[ZIPT Benchmark] ZIPT Benchmark — Z3 c3 branch (2026-03-14) #8991

2026-03-14T20:48:31Z

github-actions[bot]
bot Mar 14, 2026

Date: 2026-03-14
Branch: c3 (commit 4c64c82cef62dfe37e2d98a02fdb70d0e69defa4)
Benchmark set: QF_S — 50 randomly selected files from tests/QF_S.tar.zst (22 172 total files)
Timeout: 10 s per benchmark (-T:10 for Z3 nseq; -T:5 + outer 7 s for seq with tracing; -t:10000 for ZIPT)
Build: Debug (-DCMAKE_BUILD_TYPE=Debug); ZIPT built against freshly compiled Microsoft.Z3.dll (net10.0)

Summary

Metric	seq solver	nseq solver	ZIPT solver
sat	22	5	31
unsat	12	7	16
unknown	15	37	1
timeout	0	0	0
bug/crash	1 ¹	1 ¹	2 ²
Total time (s)	101.319	331.036	13.779
Avg time/benchmark (s)	2.026	6.621	0.276

¹ instance13118.smt2 was flagged as a crash during the benchmark run but on re-run seq correctly returns unsat and nseq times out. Likely a stale-output artifact from the benchmark harness (the benchmark script's grep -qi "error" matched Z3's internal trace noise just before the answer was printed). The true verdict for both is non-bug.

² Both ZIPT crashes are "Unsupported feature: str.replace_all" on the two PCP-string instances. ZIPT exits with a non-zero code and prints an unsupported-function error.

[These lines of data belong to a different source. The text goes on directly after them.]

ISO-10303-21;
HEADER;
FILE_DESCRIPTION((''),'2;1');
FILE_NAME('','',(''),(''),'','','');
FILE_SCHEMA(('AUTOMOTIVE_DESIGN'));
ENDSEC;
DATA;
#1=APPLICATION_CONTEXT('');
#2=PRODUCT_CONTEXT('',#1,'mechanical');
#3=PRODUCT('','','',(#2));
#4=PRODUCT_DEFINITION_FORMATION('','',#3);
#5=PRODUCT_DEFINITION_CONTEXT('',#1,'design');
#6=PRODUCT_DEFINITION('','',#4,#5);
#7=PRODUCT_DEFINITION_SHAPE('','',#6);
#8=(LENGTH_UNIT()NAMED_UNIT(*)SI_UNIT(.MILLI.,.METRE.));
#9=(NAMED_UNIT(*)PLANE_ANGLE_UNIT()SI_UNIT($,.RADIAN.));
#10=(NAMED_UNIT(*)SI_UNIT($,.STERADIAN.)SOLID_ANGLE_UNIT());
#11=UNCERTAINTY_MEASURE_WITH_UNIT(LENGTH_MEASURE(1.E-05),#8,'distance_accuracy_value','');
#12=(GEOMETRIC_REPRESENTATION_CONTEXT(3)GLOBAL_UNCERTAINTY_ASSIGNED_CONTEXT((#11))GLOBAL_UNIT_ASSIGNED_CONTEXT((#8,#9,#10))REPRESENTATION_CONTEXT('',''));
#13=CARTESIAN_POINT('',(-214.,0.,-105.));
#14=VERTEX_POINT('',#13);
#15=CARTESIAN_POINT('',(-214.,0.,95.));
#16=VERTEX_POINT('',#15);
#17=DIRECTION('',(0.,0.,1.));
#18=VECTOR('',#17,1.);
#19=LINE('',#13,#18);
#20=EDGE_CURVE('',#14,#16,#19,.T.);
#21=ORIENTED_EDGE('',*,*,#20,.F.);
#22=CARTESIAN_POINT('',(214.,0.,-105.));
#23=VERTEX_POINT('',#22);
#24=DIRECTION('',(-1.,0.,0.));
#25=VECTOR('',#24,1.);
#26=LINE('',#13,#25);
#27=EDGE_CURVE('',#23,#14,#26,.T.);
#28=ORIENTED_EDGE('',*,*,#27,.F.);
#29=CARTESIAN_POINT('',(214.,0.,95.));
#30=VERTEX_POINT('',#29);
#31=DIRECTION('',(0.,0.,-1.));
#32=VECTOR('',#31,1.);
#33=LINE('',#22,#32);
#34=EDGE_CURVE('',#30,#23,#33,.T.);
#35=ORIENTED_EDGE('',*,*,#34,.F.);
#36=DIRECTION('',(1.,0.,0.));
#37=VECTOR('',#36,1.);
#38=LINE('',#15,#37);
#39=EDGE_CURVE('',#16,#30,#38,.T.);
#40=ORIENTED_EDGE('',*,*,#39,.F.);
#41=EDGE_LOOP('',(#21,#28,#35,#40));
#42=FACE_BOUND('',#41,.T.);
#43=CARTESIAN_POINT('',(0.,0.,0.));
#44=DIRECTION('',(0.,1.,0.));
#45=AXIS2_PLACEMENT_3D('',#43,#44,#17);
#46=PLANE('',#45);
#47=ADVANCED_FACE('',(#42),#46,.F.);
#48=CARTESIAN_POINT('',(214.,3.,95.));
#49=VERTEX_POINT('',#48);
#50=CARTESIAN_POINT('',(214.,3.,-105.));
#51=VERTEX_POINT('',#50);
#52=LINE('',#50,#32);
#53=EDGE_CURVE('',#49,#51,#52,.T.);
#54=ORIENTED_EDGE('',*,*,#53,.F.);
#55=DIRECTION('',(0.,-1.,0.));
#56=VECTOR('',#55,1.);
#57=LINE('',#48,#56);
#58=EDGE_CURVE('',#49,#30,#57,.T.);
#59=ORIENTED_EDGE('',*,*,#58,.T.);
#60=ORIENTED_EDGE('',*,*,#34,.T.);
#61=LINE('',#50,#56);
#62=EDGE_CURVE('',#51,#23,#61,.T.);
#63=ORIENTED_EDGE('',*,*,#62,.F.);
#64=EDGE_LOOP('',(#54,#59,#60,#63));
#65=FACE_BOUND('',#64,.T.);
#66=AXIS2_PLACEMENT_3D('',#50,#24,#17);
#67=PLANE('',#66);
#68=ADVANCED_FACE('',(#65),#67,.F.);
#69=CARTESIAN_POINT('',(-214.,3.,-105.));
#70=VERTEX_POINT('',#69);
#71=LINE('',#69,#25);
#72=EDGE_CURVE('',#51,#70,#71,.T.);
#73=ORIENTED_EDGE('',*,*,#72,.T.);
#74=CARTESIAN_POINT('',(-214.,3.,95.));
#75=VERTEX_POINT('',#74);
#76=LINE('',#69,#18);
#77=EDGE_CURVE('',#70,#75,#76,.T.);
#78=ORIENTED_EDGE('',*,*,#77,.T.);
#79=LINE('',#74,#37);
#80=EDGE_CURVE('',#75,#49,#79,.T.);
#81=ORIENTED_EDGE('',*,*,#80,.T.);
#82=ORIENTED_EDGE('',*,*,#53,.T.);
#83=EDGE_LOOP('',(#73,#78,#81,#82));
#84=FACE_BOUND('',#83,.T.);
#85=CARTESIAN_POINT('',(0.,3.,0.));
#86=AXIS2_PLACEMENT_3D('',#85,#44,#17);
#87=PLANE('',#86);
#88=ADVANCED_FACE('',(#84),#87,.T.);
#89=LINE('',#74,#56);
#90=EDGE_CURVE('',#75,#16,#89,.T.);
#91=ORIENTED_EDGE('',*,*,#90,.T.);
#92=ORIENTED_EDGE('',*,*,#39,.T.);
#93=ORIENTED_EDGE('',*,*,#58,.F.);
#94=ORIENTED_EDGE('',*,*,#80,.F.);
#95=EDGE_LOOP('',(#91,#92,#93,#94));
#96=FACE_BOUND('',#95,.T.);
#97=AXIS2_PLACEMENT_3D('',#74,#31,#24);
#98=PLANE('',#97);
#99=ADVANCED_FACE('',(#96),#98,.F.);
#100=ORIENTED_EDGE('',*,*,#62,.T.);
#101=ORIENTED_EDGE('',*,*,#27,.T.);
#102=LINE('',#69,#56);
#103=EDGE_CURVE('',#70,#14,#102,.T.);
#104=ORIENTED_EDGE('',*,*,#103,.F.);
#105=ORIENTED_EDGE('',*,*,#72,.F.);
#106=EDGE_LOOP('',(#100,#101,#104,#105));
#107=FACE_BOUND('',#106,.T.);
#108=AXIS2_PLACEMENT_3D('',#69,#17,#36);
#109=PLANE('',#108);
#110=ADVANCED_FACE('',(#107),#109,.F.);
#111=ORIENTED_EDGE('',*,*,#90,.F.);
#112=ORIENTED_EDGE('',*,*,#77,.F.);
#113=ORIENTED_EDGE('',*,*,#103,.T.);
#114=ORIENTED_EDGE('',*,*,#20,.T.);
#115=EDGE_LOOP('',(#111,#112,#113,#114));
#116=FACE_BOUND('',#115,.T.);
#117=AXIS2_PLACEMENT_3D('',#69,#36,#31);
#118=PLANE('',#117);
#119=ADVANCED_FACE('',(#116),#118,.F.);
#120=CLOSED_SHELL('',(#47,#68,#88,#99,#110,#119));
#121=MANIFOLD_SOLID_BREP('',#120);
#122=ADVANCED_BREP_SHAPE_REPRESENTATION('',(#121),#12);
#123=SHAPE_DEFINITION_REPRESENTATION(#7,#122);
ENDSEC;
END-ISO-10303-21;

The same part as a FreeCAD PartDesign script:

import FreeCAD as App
import Part
import Sketcher
from FreeCAD import Vector

doc = App.newDocument("Part")
body = doc.addObject("PartDesign::Body", "Body")

# Sketch on XZ plane
sketch1 = body.newObject("Sketcher::SketchObject", "Sketch")
sketch1.AttachmentSupport = (doc.getObject("XZ_Plane"), [""])
sketch1.MapMode = "FlatFace"
sketch1.addGeometry([
    Part.LineSegment(Vector(-214, -105, 0), Vector(-214, 95, 0)),
    Part.LineSegment(Vector(-214, 95, 0), Vector(214, 95, 0)),
    Part.LineSegment(Vector(214, 95, 0), Vector(214, -105, 0)),
    Part.LineSegment(Vector(214, -105, 0), Vector(-214, -105, 0)),
], False)
sketch1.addConstraint([
    Sketcher.Constraint("Coincident", 0, 2, 1, 1),
    Sketcher.Constraint("Coincident", 1, 2, 2, 1),
    Sketcher.Constraint("Coincident", 2, 2, 3, 1),
    Sketcher.Constraint("Coincident", 3, 2, 0, 1),
    Sketcher.Constraint("Vertical", 0),
    Sketcher.Constraint("Horizontal", 1),
    Sketcher.Constraint("Vertical", 2),
    Sketcher.Constraint("Horizontal", 3),
    Sketcher.Constraint("DistanceX", 1, 1, 1, 2, 428.0),
    Sketcher.Constraint("DistanceY", 0, 1, 0, 2, 200.0),
    Sketcher.Constraint("DistanceX", 0, 2, -1, 1, 214.0),
    Sketcher.Constraint("DistanceY", -1, 1, 0, 2, 95.0),
])
pad1 = body.newObject("PartDesign::Pad", "Pad")
pad1.Profile = sketch1
pad1.Length = 3
pad1.Reversed = True

doc.recompute()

Soundness disagreements (any two solvers return conflicting sat / unsat): 0

⚠️ Note: The benchmark script used declare -A definitive_map inside a while loop without reinitialising the array each iteration. This caused false SOUNDNESS_DISAGREEMENT flags in the TSV. After manual re-analysis all flagged rows are confirmed to have no actual sat-vs-unsat conflict.

Notable Issues

Soundness Disagreements (Critical)

None. No benchmark produced a contradicting definitive verdict between any two solvers.

Crashes / Bugs

File	Solver	Error
`unsolved_pcp_instance_335.smt2`	ZIPT	`Unsupported feature: str.replace_all`
`pcp_instance_187.smt2`	ZIPT	`Unsupported feature: str.replace_all`

str.replace_all is not yet implemented in ZIPT's constraint propagator. Both files come from the 20250403-pcp-string collection.

nseq Coverage Gap (Major Performance Finding)

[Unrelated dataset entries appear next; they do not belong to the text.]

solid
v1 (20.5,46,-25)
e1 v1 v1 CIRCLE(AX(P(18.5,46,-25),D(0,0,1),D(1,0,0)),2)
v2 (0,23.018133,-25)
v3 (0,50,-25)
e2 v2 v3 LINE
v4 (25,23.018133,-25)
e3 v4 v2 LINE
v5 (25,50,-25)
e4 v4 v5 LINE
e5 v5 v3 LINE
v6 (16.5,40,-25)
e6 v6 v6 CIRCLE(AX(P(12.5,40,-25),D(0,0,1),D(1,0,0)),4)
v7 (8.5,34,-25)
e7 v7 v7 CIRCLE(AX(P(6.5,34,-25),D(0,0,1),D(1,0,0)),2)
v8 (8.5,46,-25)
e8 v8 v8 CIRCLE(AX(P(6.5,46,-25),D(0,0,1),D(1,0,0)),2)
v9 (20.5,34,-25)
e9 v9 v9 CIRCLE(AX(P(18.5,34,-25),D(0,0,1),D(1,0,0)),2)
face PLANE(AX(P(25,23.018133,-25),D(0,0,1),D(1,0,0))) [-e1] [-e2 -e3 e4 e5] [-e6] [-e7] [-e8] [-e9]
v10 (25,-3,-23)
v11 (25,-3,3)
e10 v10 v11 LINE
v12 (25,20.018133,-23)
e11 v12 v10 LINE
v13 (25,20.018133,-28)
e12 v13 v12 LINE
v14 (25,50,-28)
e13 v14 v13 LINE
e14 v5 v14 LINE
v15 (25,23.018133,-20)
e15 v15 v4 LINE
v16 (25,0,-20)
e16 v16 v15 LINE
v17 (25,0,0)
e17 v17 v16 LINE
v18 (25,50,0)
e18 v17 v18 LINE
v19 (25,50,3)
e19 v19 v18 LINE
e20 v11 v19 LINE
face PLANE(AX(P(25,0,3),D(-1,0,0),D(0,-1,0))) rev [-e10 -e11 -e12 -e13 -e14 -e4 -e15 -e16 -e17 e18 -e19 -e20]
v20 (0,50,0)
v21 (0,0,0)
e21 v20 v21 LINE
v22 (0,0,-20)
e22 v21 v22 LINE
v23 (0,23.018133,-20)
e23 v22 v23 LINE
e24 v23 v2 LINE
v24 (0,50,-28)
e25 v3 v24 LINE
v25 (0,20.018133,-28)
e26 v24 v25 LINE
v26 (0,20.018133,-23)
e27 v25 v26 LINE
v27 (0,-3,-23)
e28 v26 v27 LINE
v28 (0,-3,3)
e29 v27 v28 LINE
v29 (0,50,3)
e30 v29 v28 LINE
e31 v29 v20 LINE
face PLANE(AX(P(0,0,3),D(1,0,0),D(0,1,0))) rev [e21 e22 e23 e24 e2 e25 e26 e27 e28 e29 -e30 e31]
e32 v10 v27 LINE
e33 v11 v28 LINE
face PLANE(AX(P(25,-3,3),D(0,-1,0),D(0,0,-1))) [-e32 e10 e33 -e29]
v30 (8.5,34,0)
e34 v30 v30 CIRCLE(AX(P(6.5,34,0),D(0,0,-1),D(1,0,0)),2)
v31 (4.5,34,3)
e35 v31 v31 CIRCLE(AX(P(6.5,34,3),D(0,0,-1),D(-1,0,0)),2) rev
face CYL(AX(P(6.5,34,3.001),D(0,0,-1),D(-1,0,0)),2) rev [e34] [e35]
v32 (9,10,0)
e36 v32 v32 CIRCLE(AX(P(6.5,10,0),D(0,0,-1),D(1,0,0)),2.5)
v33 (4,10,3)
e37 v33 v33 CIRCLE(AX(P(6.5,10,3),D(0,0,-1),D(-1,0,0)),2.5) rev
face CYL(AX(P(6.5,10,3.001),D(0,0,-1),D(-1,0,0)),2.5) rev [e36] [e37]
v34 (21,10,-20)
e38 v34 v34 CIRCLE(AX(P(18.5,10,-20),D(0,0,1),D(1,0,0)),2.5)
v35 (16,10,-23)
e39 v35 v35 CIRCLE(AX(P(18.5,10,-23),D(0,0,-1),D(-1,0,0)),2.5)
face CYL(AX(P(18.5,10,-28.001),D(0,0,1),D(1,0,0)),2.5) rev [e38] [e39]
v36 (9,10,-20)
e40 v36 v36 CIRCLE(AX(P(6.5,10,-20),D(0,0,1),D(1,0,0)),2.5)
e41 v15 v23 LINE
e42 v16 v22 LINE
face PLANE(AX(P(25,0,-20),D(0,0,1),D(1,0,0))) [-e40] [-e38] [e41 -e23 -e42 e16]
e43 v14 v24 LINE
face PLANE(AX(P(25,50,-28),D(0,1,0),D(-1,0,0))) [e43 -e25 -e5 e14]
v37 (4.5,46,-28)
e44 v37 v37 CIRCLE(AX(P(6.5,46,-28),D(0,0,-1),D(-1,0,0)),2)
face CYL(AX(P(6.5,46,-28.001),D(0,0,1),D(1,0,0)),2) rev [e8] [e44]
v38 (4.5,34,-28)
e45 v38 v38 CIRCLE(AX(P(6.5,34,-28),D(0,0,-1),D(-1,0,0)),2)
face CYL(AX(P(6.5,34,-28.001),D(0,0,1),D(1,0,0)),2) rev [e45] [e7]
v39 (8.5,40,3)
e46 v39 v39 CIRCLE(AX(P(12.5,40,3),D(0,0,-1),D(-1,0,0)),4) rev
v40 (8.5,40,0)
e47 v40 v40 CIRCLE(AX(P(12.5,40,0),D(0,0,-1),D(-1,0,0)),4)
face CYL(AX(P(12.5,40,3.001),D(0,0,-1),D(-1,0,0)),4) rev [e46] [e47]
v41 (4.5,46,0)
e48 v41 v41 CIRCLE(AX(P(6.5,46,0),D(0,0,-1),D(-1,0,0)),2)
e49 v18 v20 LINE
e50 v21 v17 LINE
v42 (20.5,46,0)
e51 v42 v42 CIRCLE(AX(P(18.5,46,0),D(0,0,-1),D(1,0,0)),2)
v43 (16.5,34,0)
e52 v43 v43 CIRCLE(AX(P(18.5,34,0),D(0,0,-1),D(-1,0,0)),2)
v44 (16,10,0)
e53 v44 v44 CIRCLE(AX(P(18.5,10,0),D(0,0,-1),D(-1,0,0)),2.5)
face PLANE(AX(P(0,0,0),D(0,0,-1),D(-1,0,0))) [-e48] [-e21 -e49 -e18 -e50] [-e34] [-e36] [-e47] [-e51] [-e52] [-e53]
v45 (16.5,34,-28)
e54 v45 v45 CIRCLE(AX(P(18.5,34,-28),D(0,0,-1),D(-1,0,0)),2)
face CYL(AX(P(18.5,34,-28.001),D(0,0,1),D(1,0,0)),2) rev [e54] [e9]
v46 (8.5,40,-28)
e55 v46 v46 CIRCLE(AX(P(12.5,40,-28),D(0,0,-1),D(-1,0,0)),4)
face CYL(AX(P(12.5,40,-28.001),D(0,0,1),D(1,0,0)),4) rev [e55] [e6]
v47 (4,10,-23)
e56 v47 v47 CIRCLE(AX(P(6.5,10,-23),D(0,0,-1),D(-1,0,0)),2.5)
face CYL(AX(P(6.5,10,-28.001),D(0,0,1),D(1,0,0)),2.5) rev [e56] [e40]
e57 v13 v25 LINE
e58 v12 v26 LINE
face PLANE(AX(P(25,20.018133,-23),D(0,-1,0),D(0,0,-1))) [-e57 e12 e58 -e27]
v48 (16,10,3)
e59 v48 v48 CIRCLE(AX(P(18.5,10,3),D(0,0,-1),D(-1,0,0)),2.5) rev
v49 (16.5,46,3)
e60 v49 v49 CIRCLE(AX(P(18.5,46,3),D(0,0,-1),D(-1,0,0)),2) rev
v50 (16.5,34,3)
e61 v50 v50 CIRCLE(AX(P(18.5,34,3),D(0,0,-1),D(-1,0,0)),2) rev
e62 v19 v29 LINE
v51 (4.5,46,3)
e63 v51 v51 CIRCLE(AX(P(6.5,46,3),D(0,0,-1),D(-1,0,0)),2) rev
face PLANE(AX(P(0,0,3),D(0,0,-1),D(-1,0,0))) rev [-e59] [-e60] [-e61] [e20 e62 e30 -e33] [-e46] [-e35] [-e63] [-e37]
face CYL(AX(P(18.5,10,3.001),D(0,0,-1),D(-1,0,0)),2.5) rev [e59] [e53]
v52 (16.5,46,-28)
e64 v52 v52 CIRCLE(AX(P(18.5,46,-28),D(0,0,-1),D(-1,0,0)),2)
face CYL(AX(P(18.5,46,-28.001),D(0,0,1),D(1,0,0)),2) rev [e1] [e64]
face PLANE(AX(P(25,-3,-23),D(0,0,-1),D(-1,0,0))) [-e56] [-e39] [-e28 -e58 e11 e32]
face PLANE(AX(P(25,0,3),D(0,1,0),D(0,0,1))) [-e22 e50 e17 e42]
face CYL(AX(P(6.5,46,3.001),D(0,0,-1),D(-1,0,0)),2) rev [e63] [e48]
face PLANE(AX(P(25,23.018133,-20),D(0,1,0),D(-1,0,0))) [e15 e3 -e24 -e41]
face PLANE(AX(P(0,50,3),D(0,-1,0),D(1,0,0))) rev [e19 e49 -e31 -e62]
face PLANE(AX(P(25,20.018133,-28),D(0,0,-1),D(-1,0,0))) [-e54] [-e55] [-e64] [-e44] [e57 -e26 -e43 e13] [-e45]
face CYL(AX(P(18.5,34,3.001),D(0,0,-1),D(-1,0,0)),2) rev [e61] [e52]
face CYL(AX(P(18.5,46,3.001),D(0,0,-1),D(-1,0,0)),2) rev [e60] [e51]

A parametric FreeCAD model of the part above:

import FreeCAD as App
import Part
import Sketcher

doc = App.newDocument("Part")
body = doc.addObject("PartDesign::Body", "Body")

# Sketch on XY plane
sketch1 = body.newObject("Sketcher::SketchObject", "Sketch")
sketch1.AttachmentSupport = (doc.getObject("XY_Plane"), [""])
sketch1.MapMode = "FlatFace"
sketch1.addGeometry([
    Part.LineSegment(App.Vector(0, 50, 0), App.Vector(0, 0, 0)),
    Part.LineSegment(App.Vector(0, 0, 0), App.Vector(25, 0, 0)),
    Part.LineSegment(App.Vector(25, 0, 0), App.Vector(25, 50, 0)),
    Part.LineSegment(App.Vector(25, 50, 0), App.Vector(0, 50, 0)),
], False)
sketch1.addConstraint([
    Sketcher.Constraint("Coincident", 0, 2, 1, 1),
    Sketcher.Constraint("Coincident", 1, 2, 2, 1),
    Sketcher.Constraint("Coincident", 2, 2, 3, 1),
    Sketcher.Constraint("Coincident", 3, 2, 0, 1),
    Sketcher.Constraint("Vertical", 0),
    Sketcher.Constraint("Horizontal", 1),
    Sketcher.Constraint("Vertical", 2),
    Sketcher.Constraint("Horizontal", 3),
    Sketcher.Constraint("Coincident", 0, 2, -1, 1),
    Sketcher.Constraint("DistanceX", 1, 1, 1, 2, 25.0),
    Sketcher.Constraint("DistanceY", 0, 2, 0, 1, 50.0),
])
pad1 = body.newObject("PartDesign::Pad", "Pad")
pad1.Profile = sketch1
pad1.Length = 3

# Sketch on YZ plane
sketch2 = body.newObject("Sketcher::SketchObject", "Sketch001")
sketch2.AttachmentSupport = (doc.getObject("YZ_Plane"), [""])
sketch2.MapMode = "FlatFace"
sketch2.addGeometry([
    Part.LineSegment(App.Vector(20, -23, 0), App.Vector(-3, -23, 0)),  # 0
    Part.LineSegment(App.Vector(-3, -23, 0), App.Vector(-3, 3, 0)),  # 1
    Part.LineSegment(App.Vector(-3, 3, 0), App.Vector(0, 3, 0)),  # 2
    Part.LineSegment(App.Vector(0, 3, 0), App.Vector(0, -20, 0)),  # 3
    Part.LineSegment(App.Vector(0, -20, 0), App.Vector(23, -20, 0)),  # 4
    Part.LineSegment(App.Vector(23, -20, 0), App.Vector(23, -25, 0)),  # 5
    Part.LineSegment(App.Vector(23, -25, 0), App.Vector(50, -25, 0)),  # 6
    Part.LineSegment(App.Vector(50, -25, 0), App.Vector(50, -28, 0)),  # 7
    Part.LineSegment(App.Vector(50, -28, 0), App.Vector(20, -28, 0)),  # 8
    Part.LineSegment(App.Vector(20, -28, 0), App.Vector(20, -23, 0)),  # 9
], False)
sketch2.addConstraint([
    Sketcher.Constraint("Coincident", 0, 2, 1, 1),
    Sketcher.Constraint("Coincident", 1, 2, 2, 1),
    Sketcher.Constraint("Coincident", 2, 2, 3, 1),
    Sketcher.Constraint("Coincident", 3, 2, 4, 1),
    Sketcher.Constraint("Coincident", 4, 2, 5, 1),
    Sketcher.Constraint("Coincident", 5, 2, 6, 1),
    Sketcher.Constraint("Coincident", 6, 2, 7, 1),
    Sketcher.Constraint("Coincident", 7, 2, 8, 1),
    Sketcher.Constraint("Coincident", 8, 2, 9, 1),
    Sketcher.Constraint("Coincident", 9, 2, 0, 1),
    Sketcher.Constraint("Horizontal", 0),
    Sketcher.Constraint("Vertical", 1),
    Sketcher.Constraint("Horizontal", 2),
    Sketcher.Constraint("Vertical", 3),
    Sketcher.Constraint("Horizontal", 4),
    Sketcher.Constraint("Vertical", 5),
    Sketcher.Constraint("Horizontal", 6),
    Sketcher.Constraint("Vertical", 7),
    Sketcher.Constraint("Horizontal", 8),
    Sketcher.Constraint("Vertical", 9),
    Sketcher.Constraint("PointOnObject", 2, 2, -2),
    Sketcher.Constraint("Equal", 0, 4),
    Sketcher.Constraint("Equal", 2, 7),
    Sketcher.Constraint("Equal", 5, 9),
    Sketcher.Constraint("DistanceX", 2, 1, 2, 2, 3.0),
    Sketcher.Constraint("DistanceY", 1, 1, 1, 2, 26.0),
    Sketcher.Constraint("DistanceY", 5, 2, 5, 1, 5.0),
    Sketcher.Constraint("DistanceY", 0, 2, -1, 1, 23.0),
    Sketcher.Constraint("DistanceX", -1, 1, 6, 2, 50.0),
    Sketcher.Constraint("DistanceX", 0, 2, 0, 1, 23.018133),
])
pad2 = body.newObject("PartDesign::Pad", "Pad001")
pad2.Profile = sketch2
pad2.Length = 25

# Sketch on XY plane
sketch3 = body.newObject("Sketcher::SketchObject", "Sketch002")
sketch3.AttachmentSupport = (doc.getObject("XY_Plane"), [""])
sketch3.MapMode = "FlatFace"
sketch3.addGeometry(Part.Circle(App.Vector(18.5, 10, 0), App.Vector(0, 0, 1), 2.5), False)
sketch3.addConstraint([
    Sketcher.Constraint("Diameter", 0, 5.0),
    Sketcher.Constraint("DistanceY", -1, 1, 0, 3, 10.0),
    Sketcher.Constraint("DistanceX", -1, 1, 0, 3, 18.5),
])
pocket1 = body.newObject("PartDesign::Pocket", "Pocket")
pocket1.Profile = sketch3
pocket1.Type = "UpToFirst"
pocket1.Reversed = True

# Sketch on XY plane
sketch4 = body.newObject("Sketcher::SketchObject", "Sketch003")
sketch4.AttachmentSupport = (doc.getObject("XY_Plane"), [""])
sketch4.MapMode = "FlatFace"
sketch4.addGeometry(Part.Circle(App.Vector(6.5, 10, 0), App.Vector(0, 0, 1), 2.5), False)
sketch4.addConstraint([
    Sketcher.Constraint("Diameter", 0, 5.0),
    Sketcher.Constraint("DistanceY", -1, 1, 0, 3, 10.0),
    Sketcher.Constraint("DistanceX", -1, 1, 0, 3, 6.5),
])
pocket2 = body.newObject("PartDesign::Pocket", "Pocket001")
pocket2.Profile = sketch4
pocket2.Type = "UpToFirst"
pocket2.Reversed = True

# Sketch on XY plane
sketch5 = body.newObject("Sketcher::SketchObject", "Sketch004")
sketch5.AttachmentSupport = (doc.getObject("XY_Plane"), [""])
sketch5.MapMode = "FlatFace"
sketch5.addGeometry(Part.Circle(App.Vector(12.5, 40, 0), App.Vector(0, 0, 1), 4), False)
sketch5.addConstraint([
    Sketcher.Constraint("Diameter", 0, 8.0),
    Sketcher.Constraint("DistanceY", -1, 1, 0, 3, 40.0),
    Sketcher.Constraint("DistanceX", -1, 1, 0, 3, 12.5),
])
pocket3 = body.newObject("PartDesign::Pocket", "Pocket002")
pocket3.Profile = sketch5
pocket3.Type = "UpToFirst"
pocket3.Reversed = True

# Sketch on XY plane
sketch6 = body.newObject("Sketcher::SketchObject", "Sketch005")
sketch6.AttachmentSupport = (doc.getObject("XY_Plane"), [""])
sketch6.MapMode = "FlatFace"
sketch6.addGeometry(Part.Circle(App.Vector(6.5, 46, 0), App.Vector(0, 0, 1), 2), False)
sketch6.addConstraint([
    Sketcher.Constraint("Diameter", 0, 4.0),
    Sketcher.Constraint("DistanceY", -1, 1, 0, 3, 46.0),
    Sketcher.Constraint("DistanceX", -1, 1, 0, 3, 6.5),
])
pocket4 = body.newObject("PartDesign::Pocket", "Pocket003")
pocket4.Profile = sketch6
pocket4.Type = "UpToFirst"
pocket4.Reversed = True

nseq timed out on 33 of 50 benchmarks (returning unknown at the 10 s wall-clock limit). It produced a definitive answer on only 12 files — most of which are simple string-equality or short-regex benchmarks from the slog / track families. In contrast, seq solved 34 and ZIPT solved 47.

The gap is almost entirely explained by the AutomataArk (20230329-automatark-lu) family, which dominates the random sample: these are single-variable regex-membership problems of the form (not (str.in_re X (complex-re))). seq's mature regex-automaton engine (theory_seq::propagate_in_re) handles them quickly; nseq appears to lack equivalent regex specialisation and exhausts its budget on general Nielsen-graph search.

Slow Benchmarks (> 8 s for any solver)

All 33 slow entries are nseq hitting the 10 s ceiling. The worst seq time is instance14766.smt2 at 4.086 s.

Trace Analysis: seq-fast / nseq-slow Hypotheses

13 files satisfy seq_time < 1.0 s AND nseq_time > 3 × seq_time AND nseq_time > 0.5 s.

Pattern common to all 13 candidates

Every candidate is an AutomataArk-derived regex satisfiability query: a single string variable X constrained by one or more str.in_re (or not (str.in_re ...)) assertions over large regexes encoding real-world patterns (HTML tags, HTTP headers, file paths, date formats, etc.).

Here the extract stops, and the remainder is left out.